# Modeling difficult eras



## SRV1 (Nov 14, 2010)

Is there anywhere you can go to find era specific stuff? It seems like theres plenty of stuff out there for the more popular 50s to present but what about earlier? Like 20s, 30s era stuff? Ive found some stuff that is suitable but few and far between.

Id like to be able to find era appropriate signs and stuff for the early 30s. 


Sent from my SCH-R950 using Tapatalk 2


----------



## Big Ed (Jun 16, 2009)

I am guessing HO?

When you say signs are you talking about something that would go on a side of a building?
There are plenty of signs out there.
I think cars and trucks can be had from that era too.

What scale are you talking about?


----------



## raleets (Jan 2, 2011)

The Walthers catalog is full of great items from all eras. Well worth the money.
Bob


----------



## SRV1 (Nov 14, 2010)

raleets said:


> The Walthers catalog is full of great items from all eras. Well worth the money.
> Bob


Thanks a lot. Yes HO scale.

Sent from my SCH-R950 using Tapatalk 2


----------



## tkruger (Jan 18, 2009)

Round House made several kits once upon a time for these eras. Many 30 or 34 foot box cars and 8000 gal tank cars. Also various other models. Unfortunately Round House went out of business years back. Kits can still be found at shows etc. Bachmann makes a few 'old time' cars in their Silver Series'.


----------



## MtRR75 (Nov 27, 2013)

I try to model the 1920s (HO scale). I got most of my rolling stock off of ebay. I check the build dates carefully (or ask the seller if I can't read them in the pictures).
I have accumulated boxcars by Accurail, Walthers and Roundhouse, Coal hoppers by Athearn, and gondolas by Walthers and Roundhouse.
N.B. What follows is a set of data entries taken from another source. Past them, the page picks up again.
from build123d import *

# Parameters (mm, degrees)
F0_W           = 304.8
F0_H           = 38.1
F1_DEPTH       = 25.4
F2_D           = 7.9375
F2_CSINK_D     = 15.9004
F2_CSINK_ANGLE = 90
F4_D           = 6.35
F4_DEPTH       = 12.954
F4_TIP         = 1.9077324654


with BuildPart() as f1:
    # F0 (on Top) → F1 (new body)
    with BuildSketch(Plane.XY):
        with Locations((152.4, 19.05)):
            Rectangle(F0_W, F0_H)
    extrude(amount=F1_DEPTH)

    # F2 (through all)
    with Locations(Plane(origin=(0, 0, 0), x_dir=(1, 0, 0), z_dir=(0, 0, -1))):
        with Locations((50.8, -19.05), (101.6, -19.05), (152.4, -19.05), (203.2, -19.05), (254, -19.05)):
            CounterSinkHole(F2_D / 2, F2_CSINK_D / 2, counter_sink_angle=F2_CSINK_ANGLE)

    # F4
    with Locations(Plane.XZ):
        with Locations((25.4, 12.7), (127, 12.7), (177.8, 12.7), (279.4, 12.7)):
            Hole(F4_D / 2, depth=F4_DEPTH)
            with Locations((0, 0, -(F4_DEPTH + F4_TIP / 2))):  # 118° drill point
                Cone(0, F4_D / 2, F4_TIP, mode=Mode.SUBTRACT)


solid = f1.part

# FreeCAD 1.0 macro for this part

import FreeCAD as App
import Part
import Sketcher

V = App.Vector
Q = App.Units.Quantity

doc = App.newDocument("Part")
body = doc.addObject("PartDesign::Body", "Body")

# Sketch on XY plane
sketch1 = body.newObject("Sketcher::SketchObject", "Sketch")
sketch1.AttachmentSupport = (doc.getObject("XY_Plane"), [""])
sketch1.MapMode = "FlatFace"
sketch1.addGeometry([
    Part.LineSegment(V(0, 38.1, 0), V(0, 0, 0)),
    Part.LineSegment(V(0, 0, 0), V(304.8, 0, 0)),
    Part.LineSegment(V(304.8, 0, 0), V(304.8, 38.1, 0)),
    Part.LineSegment(V(304.8, 38.1, 0), V(0, 38.1, 0)),
], False)
sketch1.addConstraint([
    Sketcher.Constraint("Coincident", 0, 2, 1, 1),
    Sketcher.Constraint("Coincident", 1, 2, 2, 1),
    Sketcher.Constraint("Coincident", 2, 2, 3, 1),
    Sketcher.Constraint("Coincident", 3, 2, 0, 1),
    Sketcher.Constraint("Vertical", 0),
    Sketcher.Constraint("Horizontal", 1),
    Sketcher.Constraint("Vertical", 2),
    Sketcher.Constraint("Horizontal", 3),
    Sketcher.Constraint("Coincident", 0, 2, -1, 1),
    Sketcher.Constraint("DistanceX", 1, 1, 1, 2, Q("12 in")),
    Sketcher.Constraint("DistanceY", 0, 2, 0, 1, Q("1.5 in")),
])
pad1 = body.newObject("PartDesign::Pad", "Pad")
pad1.Profile = sketch1
pad1.Length = Q("1 in")

# Sketch on XY plane
sketch2 = body.newObject("Sketcher::SketchObject", "Sketch001")
sketch2.AttachmentSupport = (doc.getObject("XY_Plane"), [""])
sketch2.MapMode = "FlatFace"
sketch2.addGeometry([
    Part.Circle(V(50.8, 19.05, 0), V(0, 0, 1), 3.96875),  # 0
    Part.Circle(V(101.6, 19.05, 0), V(0, 0, 1), 3.96875),  # 1
    Part.Circle(V(152.4, 19.05, 0), V(0, 0, 1), 3.96875),  # 2
    Part.Circle(V(203.2, 19.05, 0), V(0, 0, 1), 3.96875),  # 3
    Part.Circle(V(254, 19.05, 0), V(0, 0, 1), 3.96875),  # 4
], False)
sketch2.addConstraint([
    Sketcher.Constraint("Equal", 0, 1),
    Sketcher.Constraint("Equal", 1, 2),
    Sketcher.Constraint("Equal", 2, 3),
    Sketcher.Constraint("Equal", 3, 4),
    Sketcher.Constraint("Horizontal", 0, 3, 1, 3),
    Sketcher.Constraint("Horizontal", 1, 3, 2, 3),
    Sketcher.Constraint("Horizontal", 2, 3, 3, 3),
    Sketcher.Constraint("Horizontal", 3, 3, 4, 3),
    Sketcher.Constraint("Diameter", 0, Q("0.3125 in")),
    Sketcher.Constraint("DistanceX", -1, 1, 0, 3, Q("2 in")),
    Sketcher.Constraint("DistanceX", -1, 1, 1, 3, Q("4 in")),
    Sketcher.Constraint("DistanceX", -1, 1, 2, 3, Q("6 in")),
    Sketcher.Constraint("DistanceX", -1, 1, 3, 3, Q("8 in")),
    Sketcher.Constraint("DistanceX", -1, 1, 4, 3, Q("10 in")),
    Sketcher.Constraint("DistanceY", -1, 1, 0, 3, Q("0.75 in")),
])
doc.recompute()
hole = body.newObject("PartDesign::Hole", "Hole")
hole.Profile = sketch2
hole.ThreadType = "None"
hole.Diameter = Q("0.3125 in")
hole.DepthType = "ThroughAll"
hole.HoleCutType = "Countersink"
hole.HoleCutDiameter = Q("0.626 in")
hole.HoleCutCountersinkAngle = 90
hole.Reversed = True

# Sketch on XZ plane
sketch3 = body.newObject("Sketcher::SketchObject", "Sketch002")
sketch3.AttachmentSupport = (doc.getObject("XZ_Plane"), [""])
sketch3.MapMode = "FlatFace"
sketch3.addGeometry([
    Part.Circle(V(25.4, 12.7, 0), V(0, 0, 1), 3.175),
    Part.Circle(V(127, 12.7, 0), V(0, 0, 1), 3.175),
    Part.Circle(V(177.8, 12.7, 0), V(0, 0, 1), 3.175),
    Part.Circle(V(279.4, 12.7, 0), V(0, 0, 1), 3.175),
], False)
sketch3.addConstraint([
    Sketcher.Constraint("Equal", 0, 1),
    Sketcher.Constraint("Equal", 1, 2),
    Sketcher.Constraint("Equal", 2, 3),
    Sketcher.Constraint("Horizontal", 0, 3, 1, 3),
    Sketcher.Constraint("Horizontal", 1, 3, 2, 3),
    Sketcher.Constraint("Horizontal", 2, 3, 3, 3),
    Sketcher.Constraint("Diameter", 0, Q("0.25 in")),
    Sketcher.Constraint("DistanceX", -1, 1, 0, 3, Q("1 in")),
    Sketcher.Constraint("DistanceX", -1, 1, 1, 3, Q("5 in")),
    Sketcher.Constraint("DistanceX", -1, 1, 2, 3, Q("7 in")),
    Sketcher.Constraint("DistanceX", -1, 1, 3, 3, Q("11 in")),
    Sketcher.Constraint("DistanceY", -1, 1, 0, 3, Q("0.5 in")),
])
doc.recompute()
hole2 = body.newObject("PartDesign::Hole", "Hole001")
hole2.Profile = sketch3
hole2.ThreadType = "None"
hole2.Diameter = Q("0.25 in")
hole2.DepthType = "Dimension"
hole2.Depth = Q("0.51 in")
hole2.DrillPoint = "Angled"
hole2.DrillPointAngle = 118

doc.recompute()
Most of these are kits, but some are ready to run,
I have very few flat cars at this point, because those models that I have found often don't have build dates on them.
Funaro and Camerlengo (http://fandckits.com/) makes some rolling stock from the early 1900s era -- with the appropriate era listed clearly for each item. But they are expensive and time-consuming to assemble.
Jordan Highway Miniatures (http://www.87thscale.info/jordan.htm) makes vehicle kits from the early 1900s.

One of my frustrations is the relative scarcity of prototype pictures from the 1920s -- both for rolling stock (lots of pictures of locos are available), and for structures and scenery items (like railroad crossing signs, for example).


----------



## SRV1 (Nov 14, 2010)

MtRR75 said:


> One of my frustrations is the relative scarcity of prototype pictures from the 1920s -- both for rolling stock (lots of pictures of locos are available), and for structures and scenery items (like railroad crossing signs, for example).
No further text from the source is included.